In the late 18th and early 19th centuries, Grizzly Creek was included in the lands used by Mission San José to graze its massive herds of cattle, numbering in the thousands most years. The cattle brought European annual grasses and weeds that replaced the native perennial grasses in the meadows, drastically changing the character of the watershed's vegetation and the native peoples' ability to sustain themselves. Soil compaction caused by the herds also helped to damage native plant communities.

When California became a territory of the United States in 1850, agricultural development began in and around the Grizzly Creek watershed as waves of settlers came into the region. Vegetable agriculture in particular changed the ecology of the creek drastically.

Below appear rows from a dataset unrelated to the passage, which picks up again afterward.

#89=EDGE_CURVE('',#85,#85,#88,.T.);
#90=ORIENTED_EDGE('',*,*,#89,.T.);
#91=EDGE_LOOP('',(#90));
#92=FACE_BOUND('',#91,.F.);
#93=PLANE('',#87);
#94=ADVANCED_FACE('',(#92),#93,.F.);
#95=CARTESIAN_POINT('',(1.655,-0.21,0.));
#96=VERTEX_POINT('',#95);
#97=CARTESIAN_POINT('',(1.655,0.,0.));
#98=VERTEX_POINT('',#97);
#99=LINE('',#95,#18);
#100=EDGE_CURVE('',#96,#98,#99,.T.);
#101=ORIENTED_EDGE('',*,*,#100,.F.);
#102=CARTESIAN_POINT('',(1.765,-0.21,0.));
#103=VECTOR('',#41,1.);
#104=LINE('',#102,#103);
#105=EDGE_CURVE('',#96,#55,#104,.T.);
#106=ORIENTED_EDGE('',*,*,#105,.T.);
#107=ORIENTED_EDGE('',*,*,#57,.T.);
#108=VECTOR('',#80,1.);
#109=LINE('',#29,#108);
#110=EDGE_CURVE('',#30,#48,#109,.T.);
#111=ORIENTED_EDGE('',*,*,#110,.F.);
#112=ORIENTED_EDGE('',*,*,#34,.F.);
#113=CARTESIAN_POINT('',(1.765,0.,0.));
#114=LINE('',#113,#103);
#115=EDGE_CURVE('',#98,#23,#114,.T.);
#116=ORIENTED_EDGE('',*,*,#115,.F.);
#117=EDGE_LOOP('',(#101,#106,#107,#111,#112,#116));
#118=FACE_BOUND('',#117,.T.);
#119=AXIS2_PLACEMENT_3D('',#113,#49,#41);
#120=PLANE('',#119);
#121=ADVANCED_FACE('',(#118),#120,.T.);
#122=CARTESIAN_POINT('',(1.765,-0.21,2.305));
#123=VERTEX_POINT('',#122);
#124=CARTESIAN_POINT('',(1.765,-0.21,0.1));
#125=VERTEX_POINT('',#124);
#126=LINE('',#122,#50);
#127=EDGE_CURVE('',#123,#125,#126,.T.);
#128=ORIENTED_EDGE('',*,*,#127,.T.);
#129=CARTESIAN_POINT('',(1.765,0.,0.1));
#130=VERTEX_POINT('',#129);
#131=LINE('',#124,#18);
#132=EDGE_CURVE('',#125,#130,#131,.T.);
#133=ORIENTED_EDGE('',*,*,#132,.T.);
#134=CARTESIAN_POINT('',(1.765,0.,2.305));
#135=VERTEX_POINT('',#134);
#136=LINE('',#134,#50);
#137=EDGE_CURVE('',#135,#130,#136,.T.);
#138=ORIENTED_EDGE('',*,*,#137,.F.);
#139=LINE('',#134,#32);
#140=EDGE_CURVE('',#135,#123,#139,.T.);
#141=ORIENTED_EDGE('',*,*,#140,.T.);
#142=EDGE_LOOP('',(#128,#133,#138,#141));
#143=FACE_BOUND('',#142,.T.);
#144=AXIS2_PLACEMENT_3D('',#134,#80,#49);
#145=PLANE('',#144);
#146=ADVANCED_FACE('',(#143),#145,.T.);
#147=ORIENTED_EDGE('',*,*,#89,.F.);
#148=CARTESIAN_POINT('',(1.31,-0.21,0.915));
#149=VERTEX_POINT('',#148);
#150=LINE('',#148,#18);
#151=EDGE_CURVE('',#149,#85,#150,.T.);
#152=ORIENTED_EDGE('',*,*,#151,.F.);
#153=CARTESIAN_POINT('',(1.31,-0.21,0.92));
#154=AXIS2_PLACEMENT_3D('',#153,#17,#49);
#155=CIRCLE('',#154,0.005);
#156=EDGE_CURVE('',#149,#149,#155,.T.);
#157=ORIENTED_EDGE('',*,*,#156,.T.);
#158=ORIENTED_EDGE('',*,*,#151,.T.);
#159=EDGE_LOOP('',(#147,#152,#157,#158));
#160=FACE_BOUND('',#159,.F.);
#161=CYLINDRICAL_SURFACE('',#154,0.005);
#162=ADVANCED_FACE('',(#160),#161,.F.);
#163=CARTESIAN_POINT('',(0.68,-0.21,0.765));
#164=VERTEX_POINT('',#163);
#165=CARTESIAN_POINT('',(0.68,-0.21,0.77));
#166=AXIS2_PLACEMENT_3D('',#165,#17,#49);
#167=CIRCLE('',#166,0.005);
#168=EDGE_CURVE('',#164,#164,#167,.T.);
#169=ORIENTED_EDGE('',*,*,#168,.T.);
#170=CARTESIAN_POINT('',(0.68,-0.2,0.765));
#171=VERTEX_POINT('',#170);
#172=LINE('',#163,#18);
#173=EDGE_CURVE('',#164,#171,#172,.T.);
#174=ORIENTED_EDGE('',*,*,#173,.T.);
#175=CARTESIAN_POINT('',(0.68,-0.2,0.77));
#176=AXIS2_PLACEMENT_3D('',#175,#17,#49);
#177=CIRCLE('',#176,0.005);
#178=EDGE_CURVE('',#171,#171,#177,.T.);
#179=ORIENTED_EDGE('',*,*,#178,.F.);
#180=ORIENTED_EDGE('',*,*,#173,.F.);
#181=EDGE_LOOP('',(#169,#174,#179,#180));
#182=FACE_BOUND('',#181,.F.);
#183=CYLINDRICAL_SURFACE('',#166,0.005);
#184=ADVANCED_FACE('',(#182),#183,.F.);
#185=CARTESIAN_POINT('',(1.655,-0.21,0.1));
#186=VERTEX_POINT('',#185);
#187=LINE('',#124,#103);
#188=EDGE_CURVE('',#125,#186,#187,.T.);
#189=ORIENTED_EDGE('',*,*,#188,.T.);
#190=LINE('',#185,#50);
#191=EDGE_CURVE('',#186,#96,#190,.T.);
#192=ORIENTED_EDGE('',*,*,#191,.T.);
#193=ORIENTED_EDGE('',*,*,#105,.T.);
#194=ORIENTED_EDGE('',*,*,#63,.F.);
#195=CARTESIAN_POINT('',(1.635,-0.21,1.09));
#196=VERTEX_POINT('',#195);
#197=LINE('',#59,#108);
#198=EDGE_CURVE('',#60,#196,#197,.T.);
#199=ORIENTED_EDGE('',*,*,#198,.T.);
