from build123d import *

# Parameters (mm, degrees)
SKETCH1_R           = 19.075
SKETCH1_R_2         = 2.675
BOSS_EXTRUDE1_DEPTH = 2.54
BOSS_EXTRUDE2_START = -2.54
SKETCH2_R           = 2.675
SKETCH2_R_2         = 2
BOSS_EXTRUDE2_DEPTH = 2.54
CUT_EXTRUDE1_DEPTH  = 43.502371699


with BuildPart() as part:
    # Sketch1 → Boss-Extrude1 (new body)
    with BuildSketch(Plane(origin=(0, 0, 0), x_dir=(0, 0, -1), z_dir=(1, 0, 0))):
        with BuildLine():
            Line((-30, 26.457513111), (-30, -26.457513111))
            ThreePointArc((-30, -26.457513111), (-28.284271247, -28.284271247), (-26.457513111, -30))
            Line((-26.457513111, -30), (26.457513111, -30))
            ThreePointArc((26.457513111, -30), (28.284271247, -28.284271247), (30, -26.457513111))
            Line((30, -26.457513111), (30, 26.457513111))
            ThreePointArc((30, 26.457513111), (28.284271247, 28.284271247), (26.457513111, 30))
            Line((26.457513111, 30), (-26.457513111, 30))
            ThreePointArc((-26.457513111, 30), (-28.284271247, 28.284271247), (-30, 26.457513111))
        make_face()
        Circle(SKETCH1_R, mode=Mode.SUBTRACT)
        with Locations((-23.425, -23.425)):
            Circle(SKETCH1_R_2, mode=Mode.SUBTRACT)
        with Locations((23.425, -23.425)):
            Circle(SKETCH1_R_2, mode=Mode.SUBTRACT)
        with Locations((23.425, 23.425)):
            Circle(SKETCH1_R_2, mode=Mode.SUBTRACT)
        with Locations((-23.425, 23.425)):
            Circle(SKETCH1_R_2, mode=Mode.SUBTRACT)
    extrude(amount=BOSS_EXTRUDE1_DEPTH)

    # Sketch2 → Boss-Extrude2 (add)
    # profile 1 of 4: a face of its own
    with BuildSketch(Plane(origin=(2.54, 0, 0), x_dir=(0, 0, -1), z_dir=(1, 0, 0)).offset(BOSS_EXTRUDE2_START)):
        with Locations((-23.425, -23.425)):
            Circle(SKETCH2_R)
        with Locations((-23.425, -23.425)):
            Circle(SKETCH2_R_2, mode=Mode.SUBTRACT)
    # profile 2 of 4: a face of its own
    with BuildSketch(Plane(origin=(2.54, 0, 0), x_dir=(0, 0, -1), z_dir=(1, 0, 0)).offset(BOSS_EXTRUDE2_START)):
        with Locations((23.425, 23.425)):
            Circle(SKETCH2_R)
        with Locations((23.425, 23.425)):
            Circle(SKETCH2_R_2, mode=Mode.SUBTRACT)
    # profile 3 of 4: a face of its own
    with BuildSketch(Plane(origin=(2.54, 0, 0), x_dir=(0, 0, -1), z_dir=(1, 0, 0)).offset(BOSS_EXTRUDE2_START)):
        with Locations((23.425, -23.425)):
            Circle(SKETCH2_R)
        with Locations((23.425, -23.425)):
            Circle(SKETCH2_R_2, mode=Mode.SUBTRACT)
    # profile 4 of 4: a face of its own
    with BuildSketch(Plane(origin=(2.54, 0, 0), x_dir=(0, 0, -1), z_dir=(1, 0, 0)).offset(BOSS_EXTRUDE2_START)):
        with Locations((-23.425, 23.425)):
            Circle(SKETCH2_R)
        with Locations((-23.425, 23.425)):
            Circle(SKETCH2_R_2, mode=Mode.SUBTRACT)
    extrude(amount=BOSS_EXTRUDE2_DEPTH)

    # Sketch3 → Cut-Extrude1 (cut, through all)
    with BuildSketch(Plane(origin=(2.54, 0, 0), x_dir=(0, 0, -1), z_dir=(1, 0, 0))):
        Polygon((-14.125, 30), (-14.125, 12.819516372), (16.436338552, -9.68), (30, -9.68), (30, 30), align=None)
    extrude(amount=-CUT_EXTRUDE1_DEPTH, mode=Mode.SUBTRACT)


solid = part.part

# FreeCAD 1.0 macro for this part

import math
import FreeCAD as App
import Part
import Sketcher
from FreeCAD import Vector


def add_polygon(sketch, points):
    """Adds a closed chain of lines whose ends are joined by coincident constraints."""
    first, n = sketch.GeometryCount, len(points)
    for a, b in zip(points, points[1:] + points[:1]):
        sketch.addGeometry(Part.LineSegment(App.Vector(*a, 0), App.Vector(*b, 0)), False)
    for i in range(n):
        sketch.addConstraint(Sketcher.Constraint("Coincident", first + i, 2, first + (i + 1) % n, 1))

doc = App.newDocument("Part")
body = doc.addObject("PartDesign::Body", "Body")

# Sketch on YZ plane
sketch1 = body.newObject("Sketcher::SketchObject", "Sketch")
sketch1.AttachmentSupport = (doc.getObject("YZ_Plane"), [""])
sketch1.MapMode = "FlatFace"
sketch1.addGeometry(Part.LineSegment(Vector(26.457513, 30, 0), Vector(-26.457513, 30, 0)), False)
sketch1.addGeometry(Part.ArcOfCircle(Part.Circle(Vector(0, 0, 0), Vector(0, 0, 1), 40), math.radians(131.409622), math.radians(138.590378)), False)
sketch1.addGeometry(Part.LineSegment(Vector(-30, 26.457513, 0), Vector(-30, -26.457513, 0)), False)
sketch1.addGeometry(Part.ArcOfCircle(Part.Circle(Vector(0, 0, 0), Vector(0, 0, 1), 40), math.radians(-138.590378), math.radians(-131.409622)), False)
sketch1.addGeometry(Part.LineSegment(Vector(-26.457513, -30, 0), Vector(26.457513, -30, 0)), False)
sketch1.addGeometry(Part.ArcOfCircle(Part.Circle(Vector(0, 0, 0), Vector(0, 0, 1), 40), math.radians(-48.590378), math.radians(-41.409622)), False)
sketch1.addGeometry(Part.LineSegment(Vector(30, -26.457513, 0), Vector(30, 26.457513, 0)), False)
sketch1.addGeometry(Part.ArcOfCircle(Part.Circle(Vector(0, 0, 0), Vector(0, 0, 1), 40), math.radians(41.409622), math.radians(48.590378)), False)
sketch1.addGeometry(Part.Circle(Vector(-23.425, 23.425, 0), Vector(0, 0, 1), 2.675), False)
sketch1.addGeometry(Part.Circle(Vector(-23.425, -23.425, 0), Vector(0, 0, 1), 2.675), False)
sketch1.addGeometry(Part.Circle(Vector(23.425, 23.425, 0), Vector(0, 0, 1), 2.675), False)
sketch1.addGeometry(Part.Circle(Vector(0, 0, 0), Vector(0, 0, 1), 19.075), False)
sketch1.addGeometry(Part.Circle(Vector(23.425, -23.425, 0), Vector(0, 0, 1), 2.675), False)
sketch1.addConstraint(Sketcher.Constraint("Coincident", 0, 2, 1, 1))
sketch1.addConstraint(Sketcher.Constraint("Coincident", 1, 2, 2, 1))
sketch1.addConstraint(Sketcher.Constraint("Coincident", 2, 2, 3, 1))
sketch1.addConstraint(Sketcher.Constraint("Coincident", 3, 2, 4, 1))
sketch1.addConstraint(Sketcher.Constraint("Coincident", 4, 2, 5, 1))
sketch1.addConstraint(Sketcher.Constraint("Coincident", 5, 2, 6, 1))
sketch1.addConstraint(Sketcher.Constraint("Coincident", 6, 2, 7, 1))
sketch1.addConstraint(Sketcher.Constraint("Coincident", 7, 2, 0, 1))
sketch1.addConstraint(Sketcher.Constraint("Horizontal", 0))
sketch1.addConstraint(Sketcher.Constraint("Vertical", 2))
sketch1.addConstraint(Sketcher.Constraint("Horizontal", 4))
sketch1.addConstraint(Sketcher.Constraint("Vertical", 6))
sketch1.addConstraint(Sketcher.Constraint("Coincident", 1, 3, -1, 1))
sketch1.addConstraint(Sketcher.Constraint("Coincident", 3, 3, -1, 1))
sketch1.addConstraint(Sketcher.Constraint("Coincident", 5, 3, -1, 1))
sketch1.addConstraint(Sketcher.Constraint("Coincident", 7, 3, -1, 1))
sketch1.addConstraint(Sketcher.Constraint("Coincident", 11, 3, -1, 1))
sketch1.addConstraint(Sketcher.Constraint("Equal", 1, 3))
sketch1.addConstraint(Sketcher.Constraint("Equal", 3, 5))
sketch1.addConstraint(Sketcher.Constraint("Equal", 5, 7))
sketch1.addConstraint(Sketcher.Constraint("Equal", 8, 9))
sketch1.addConstraint(Sketcher.Constraint("Equal", 9, 10))
sketch1.addConstraint(Sketcher.Constraint("Equal", 10, 12))
sketch1.addConstraint(Sketcher.Constraint("Symmetric", 9, 3, 10, 3, -1, 1))
sketch1.addConstraint(Sketcher.Constraint("Symmetric", 8, 3, 12, 3, -1, 1))
sketch1.addConstraint(Sketcher.Constraint("Symmetric", 8, 3, 10, 3, -2))
sketch1.addConstraint(Sketcher.Constraint("Horizontal", 2, 2, 5, 2))
sketch1.addConstraint(Sketcher.Constraint("Vertical", 0, 2, 3, 2))
sketch1.addConstraint(Sketcher.Constraint("Equal", 4, 2))
sketch1.addConstraint(Sketcher.Constraint("Radius", 1, 40.0))
sketch1.addConstraint(Sketcher.Constraint("Diameter", 8, 5.35))
sketch1.addConstraint(Sketcher.Constraint("Diameter", 11, 38.15))
sketch1.addConstraint(Sketcher.Constraint("DistanceY", -1, 1, 0, 2, 30.0))
sketch1.addConstraint(Sketcher.Constraint("DistanceY", 9, 3, 8, 3, 46.85))
sketch1.addConstraint(Sketcher.Constraint("DistanceX", 8, 3, 10, 3, 46.85))
pad1 = body.newObject("PartDesign::Pad", "Pad")
pad1.Profile = sketch1
pad1.Length = 2.54

# Sketch on YZ plane
sketch2 = body.newObject("Sketcher::SketchObject", "Sketch001")
sketch2.AttachmentSupport = (doc.getObject("YZ_Plane"), [""])
sketch2.MapMode = "FlatFace"
sketch2.addGeometry(Part.Circle(Vector(-23.425, 23.425, 0), Vector(0, 0, 1), 2.675), False)
sketch2.addGeometry(Part.Circle(Vector(-23.425, 23.425, 0), Vector(0, 0, 1), 2), False)
sketch2.addGeometry(Part.Circle(Vector(23.425, -23.425, 0), Vector(0, 0, 1), 2.675), False)
sketch2.addGeometry(Part.Circle(Vector(23.425, -23.425, 0), Vector(0, 0, 1), 2), False)
sketch2.addGeometry(Part.Circle(Vector(-23.425, -23.425, 0), Vector(0, 0, 1), 2.675), False)
sketch2.addGeometry(Part.Circle(Vector(-23.425, -23.425, 0), Vector(0, 0, 1), 2), False)
sketch2.addGeometry(Part.Circle(Vector(23.425, 23.425, 0), Vector(0, 0, 1), 2.675), False)
sketch2.addGeometry(Part.Circle(Vector(23.425, 23.425, 0), Vector(0, 0, 1), 2), False)
sketch2.addConstraint(Sketcher.Constraint("Coincident", 1, 3, 0, 3))
sketch2.addConstraint(Sketcher.Constraint("Coincident", 3, 3, 2, 3))
sketch2.addConstraint(Sketcher.Constraint("Coincident", 5, 3, 4, 3))
sketch2.addConstraint(Sketcher.Constraint("Coincident", 7, 3, 6, 3))
sketch2.addConstraint(Sketcher.Constraint("Equal", 0, 2))
sketch2.addConstraint(Sketcher.Constraint("Equal", 1, 3))
sketch2.addConstraint(Sketcher.Constraint("Equal", 2, 4))
sketch2.addConstraint(Sketcher.Constraint("Equal", 3, 5))
sketch2.addConstraint(Sketcher.Constraint("Equal", 4, 6))
sketch2.addConstraint(Sketcher.Constraint("Equal", 5, 7))
sketch2.addConstraint(Sketcher.Constraint("Symmetric", 0, 3, 2, 3, -1, 1))
sketch2.addConstraint(Sketcher.Constraint("Symmetric", 4, 3, 6, 3, -1, 1))
sketch2.addConstraint(Sketcher.Constraint("Symmetric", 2, 3, 4, 3, -2))
sketch2.addConstraint(Sketcher.Constraint("Diameter", 1, 4.0))
sketch2.addConstraint(Sketcher.Constraint("Diameter", 0, 5.35))
sketch2.addConstraint(Sketcher.Constraint("DistanceX", 0, 3, 2, 3, 46.85))
sketch2.addConstraint(Sketcher.Constraint("DistanceY", 2, 3, 0, 3, 46.85))
pad2 = body.newObject("PartDesign::Pad", "Pad001")
pad2.Profile = sketch2
pad2.Length = 2.54

# Sketch on YZ plane
sketch3 = body.newObject("Sketcher::SketchObject", "Sketch002")
sketch3.AttachmentSupport = (doc.getObject("YZ_Plane"), [""])
sketch3.MapMode = "FlatFace"
sketch3.AttachmentOffset = App.Placement(Vector(0, 0, 2.54), App.Rotation())
add_polygon(sketch3, [(30, 14.125), (12.819516, 14.125), (-9.68, -16.436339), (-9.68, -30), (30, -30)])  # lines 0-4
sketch3.addConstraint(Sketcher.Constraint("Horizontal", 0))
sketch3.addConstraint(Sketcher.Constraint("Vertical", 2))
sketch3.addConstraint(Sketcher.Constraint("Horizontal", 3))
sketch3.addConstraint(Sketcher.Constraint("Vertical", 4))
sketch3.addConstraint(Sketcher.Constraint("DistanceY", 2, 2, -1, 1, 30.0))
sketch3.addConstraint(Sketcher.Constraint("DistanceX", -1, 1, 3, 2, 30.0))
sketch3.addConstraint(Sketcher.Constraint("DistanceX", 3, 1, 3, 2, 39.68))
sketch3.addConstraint(Sketcher.Constraint("DistanceY", 4, 1, 4, 2, 44.125))
sketch3.addConstraint(Sketcher.Constraint("DistanceY", 2, 2, 2, 1, 13.563661))
sketch3.addConstraint(Sketcher.Constraint("Distance", 1, 37.950279))
pocket1 = body.newObject("PartDesign::Pocket", "Pocket")
pocket1.Profile = sketch3
pocket1.Type = "ThroughAll"

doc.recompute()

The oak savanna and riparian habitats along the creek's course were cleared to make way for crops and the natural contour of the land was graded flat. Farmers initially planted wheat, and later fruits and vegetables. The land was heavily tilled and Lafayette farmers often complained of indigenous artifacts getting caught in their plows. To irrigate crops, artesian wells were dug which dramatically altered the hydrology of the watershed, making the land more arid.

Grizzly Creek likely still remained in a comparatively natural state during the time its valley was cultivated throughout 19th and 20th centuries. Farmers often left the habitats immediately along creek banks intact to prevent evaporation and erosion, hence the impressive collection of very old Valley oak and Coast Live Oak that still line the banks today.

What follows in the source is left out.